(Collected data)
· · · · · · ·

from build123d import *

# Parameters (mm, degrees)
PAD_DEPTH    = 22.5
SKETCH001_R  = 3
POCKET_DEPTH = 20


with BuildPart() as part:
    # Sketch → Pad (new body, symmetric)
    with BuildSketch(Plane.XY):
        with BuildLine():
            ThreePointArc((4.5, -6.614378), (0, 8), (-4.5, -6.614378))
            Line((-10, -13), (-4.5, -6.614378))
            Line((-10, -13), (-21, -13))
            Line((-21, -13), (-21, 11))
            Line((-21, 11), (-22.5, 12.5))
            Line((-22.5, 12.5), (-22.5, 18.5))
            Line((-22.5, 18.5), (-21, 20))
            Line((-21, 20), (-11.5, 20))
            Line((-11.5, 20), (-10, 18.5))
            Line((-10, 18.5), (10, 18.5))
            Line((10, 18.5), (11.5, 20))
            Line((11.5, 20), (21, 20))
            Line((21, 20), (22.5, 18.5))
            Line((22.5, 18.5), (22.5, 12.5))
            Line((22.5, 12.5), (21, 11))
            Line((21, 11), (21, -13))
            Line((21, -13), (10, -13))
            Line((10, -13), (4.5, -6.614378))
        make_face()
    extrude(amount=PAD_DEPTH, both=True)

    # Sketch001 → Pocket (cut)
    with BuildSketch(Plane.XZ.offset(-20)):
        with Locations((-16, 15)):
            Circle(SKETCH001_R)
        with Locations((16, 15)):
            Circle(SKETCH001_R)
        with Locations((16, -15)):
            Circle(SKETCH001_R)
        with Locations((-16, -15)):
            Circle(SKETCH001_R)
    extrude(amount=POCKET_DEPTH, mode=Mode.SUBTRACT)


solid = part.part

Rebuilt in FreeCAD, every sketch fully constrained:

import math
import FreeCAD as App
import Part
import Sketcher
from FreeCAD import Vector

doc = App.newDocument("Part")
body = doc.addObject("PartDesign::Body", "Body")

# Sketch on XY plane
sketch1 = body.newObject("Sketcher::SketchObject", "Sketch")
sketch1.AttachmentSupport = (doc.getObject("XY_Plane"), [""])
sketch1.MapMode = "FlatFace"
sketch1.addGeometry([
    Part.ArcOfCircle(Part.Circle(Vector(0, 0, 0), Vector(0, 0, 1), 8), math.radians(-56), math.radians(236)),  # 0
    Part.LineSegment(Vector(4.5, -6.6, 0), Vector(10, -13, 0)),  # 1
    Part.LineSegment(Vector(10, -13, 0), Vector(21, -13, 0)),  # 2
    Part.LineSegment(Vector(21, -13, 0), Vector(21, 11, 0)),  # 3
    Part.LineSegment(Vector(21, 11, 0), Vector(22.5, 12.5, 0)),  # 4
    Part.LineSegment(Vector(22.5, 12.5, 0), Vector(22.5, 18.5, 0)),  # 5
    Part.LineSegment(Vector(22.5, 18.5, 0), Vector(21, 20, 0)),  # 6
    Part.LineSegment(Vector(21, 20, 0), Vector(11.5, 20, 0)),  # 7
    Part.LineSegment(Vector(11.5, 20, 0), Vector(10, 18.5, 0)),  # 8
    Part.LineSegment(Vector(10, 18.5, 0), Vector(-10, 18.5, 0)),  # 9
    Part.LineSegment(Vector(-10, 18.5, 0), Vector(-11.5, 20, 0)),  # 10
    Part.LineSegment(Vector(-11.5, 20, 0), Vector(-21, 20, 0)),  # 11
    Part.LineSegment(Vector(-21, 20, 0), Vector(-22.5, 18.5, 0)),  # 12
    Part.LineSegment(Vector(-22.5, 18.5, 0), Vector(-22.5, 12.5, 0)),  # 13
    Part.LineSegment(Vector(-22.5, 12.5, 0), Vector(-21, 11, 0)),  # 14
    Part.LineSegment(Vector(-21, 11, 0), Vector(-21, -13, 0)),  # 15
    Part.LineSegment(Vector(-21, -13, 0), Vector(-10, -13, 0)),  # 16
    Part.LineSegment(Vector(-10, -13, 0), Vector(-4.5, -6.6, 0)),  # 17
], False)
sketch1.addConstraint([
    Sketcher.Constraint("Coincident", 0, 1, 1, 1),
    Sketcher.Constraint("Coincident", 1, 2, 2, 1),
    Sketcher.Constraint("Coincident", 2, 2, 3, 1),
    Sketcher.Constraint("Coincident", 3, 2, 4, 1),
    Sketcher.Constraint("Coincident", 4, 2, 5, 1),
    Sketcher.Constraint("Coincident", 5, 2, 6, 1),
    Sketcher.Constraint("Coincident", 6, 2, 7, 1),
    Sketcher.Constraint("Coincident", 7, 2, 8, 1),
    Sketcher.Constraint("Coincident", 8, 2, 9, 1),
    Sketcher.Constraint("Coincident", 9, 2, 10, 1),
    Sketcher.Constraint("Coincident", 10, 2, 11, 1),
    Sketcher.Constraint("Coincident", 11, 2, 12, 1),
    Sketcher.Constraint("Coincident", 12, 2, 13, 1),
    Sketcher.Constraint("Coincident", 13, 2, 14, 1),
    Sketcher.Constraint("Coincident", 14, 2, 15, 1),
    Sketcher.Constraint("Coincident", 15, 2, 16, 1),
    Sketcher.Constraint("Coincident", 16, 2, 17, 1),
    Sketcher.Constraint("Coincident", 17, 2, 0, 2),
    Sketcher.Constraint("Horizontal", 2),
    Sketcher.Constraint("Vertical", 3),
    Sketcher.Constraint("Vertical", 5),
    Sketcher.Constraint("Horizontal", 7),
    Sketcher.Constraint("Horizontal", 9),
    Sketcher.Constraint("Horizontal", 11),
    Sketcher.Constraint("Vertical", 13),
    Sketcher.Constraint("Vertical", 15),
    Sketcher.Constraint("Horizontal", 16),
    Sketcher.Constraint("Coincident", 0, 3, -1, 1),
    Sketcher.Constraint("Symmetric", 7, 2, 10, 2, -2),
    Sketcher.Constraint("Symmetric", 5, 2, 12, 2, -2),
    Sketcher.Constraint("Symmetric", 3, 2, 14, 2, -2),
    Sketcher.Constraint("Symmetric", 1, 2, 16, 2, -2),
    Sketcher.Constraint("Perpendicular", 4, 6),
    Sketcher.Constraint("Perpendicular", 6, 8),
    Sketcher.Constraint("Perpendicular", 8, 10),
    Sketcher.Constraint("Perpendicular", 10, 12),
    Sketcher.Constraint("Perpendicular", 12, 14),
    Sketcher.Constraint("Horizontal", 5, 2, 8, 2),
    Sketcher.Constraint("Horizontal", 4, 2, 13, 2),
    Sketcher.Constraint("Horizontal", 0, 1, 17, 2),
    Sketcher.Constraint("Vertical", 3, 2, 6, 2),
    Sketcher.Constraint("Vertical", 1, 2, 8, 2),
    Sketcher.Constraint("Radius", 0, 8.0),
    Sketcher.Constraint("DistanceX", 2, 1, 2, 2, 11.0),
    Sketcher.Constraint("DistanceX", 9, 2, 9, 1, 20.0),
    Sketcher.Constraint("DistanceY", 3, 1, 3, 2, 24.0),
    Sketcher.Constraint("DistanceY", 5, 1, 5, 2, 6.0),
    Sketcher.Constraint("DistanceX", 7, 2, 7, 1, 9.5),
    Sketcher.Constraint("DistanceY", 1, 2, -1, 1, 13.0),
    Sketcher.Constraint("DistanceX", 0, 1, 4, 2, 18.0),
])
pad1 = body.newObject("PartDesign::Pad", "Pad")
pad1.Profile = sketch1
pad1.Length = 45
pad1.Midplane = True

# Sketch on XZ plane
sketch2 = body.newObject("Sketcher::SketchObject", "Sketch001")
sketch2.AttachmentSupport = (doc.getObject("XZ_Plane"), [""])
sketch2.MapMode = "FlatFace"
sketch2.AttachmentOffset = App.Placement(Vector(0, 0, -20), App.Rotation())
sketch2.addGeometry([
    Part.Circle(Vector(-16, 15, 0), Vector(0, 0, 1), 3),
    Part.Circle(Vector(16, 15, 0), Vector(0, 0, 1), 3),
    Part.Circle(Vector(16, -15, 0), Vector(0, 0, 1), 3),
    Part.Circle(Vector(-16, -15, 0), Vector(0, 0, 1), 3),
], False)
sketch2.addConstraint([
    Sketcher.Constraint("Equal", 0, 1),
    Sketcher.Constraint("Equal", 1, 2),
    Sketcher.Constraint("Equal", 2, 3),
    Sketcher.Constraint("Symmetric", 0, 3, 2, 3, -1, 1),
    Sketcher.Constraint("Symmetric", 1, 3, 3, 3, -1, 1),
    Sketcher.Constraint("Symmetric", 0, 3, 1, 3, -2),
    Sketcher.Constraint("Diameter", 0, 6.0),
    Sketcher.Constraint("DistanceX", 0, 3, -1, 1, 16.0),
    Sketcher.Constraint("DistanceY", -1, 1, 0, 3, 15.0),
])
pocket1 = body.newObject("PartDesign::Pocket", "Pocket")
pocket1.Profile = sketch2
pocket1.Length = 20
pocket1.Reversed = True

doc.recompute()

· · · · · · ·

**TASK OBJECTIVE:**
From the records above, retype only the lines starting at the line that contains "Line((10, -13), (4.5, -6.614378))" and ending at the line that contains "Rebuilt in FreeCAD, every", both included.

**RESULT OF THE TASK:**
            Line((10, -13), (4.5, -6.614378))
        make_face()
    extrude(amount=PAD_DEPTH, both=True)

    # Sketch001 → Pocket (cut)
    with BuildSketch(Plane.XZ.offset(-20)):
        with Locations((-16, 15)):
            Circle(SKETCH001_R)
        with Locations((16, 15)):
            Circle(SKETCH001_R)
        with Locations((16, -15)):
            Circle(SKETCH001_R)
        with Locations((-16, -15)):
            Circle(SKETCH001_R)
    extrude(amount=POCKET_DEPTH, mode=Mode.SUBTRACT)


solid = part.part

Rebuilt in FreeCAD, every sketch fully constrained:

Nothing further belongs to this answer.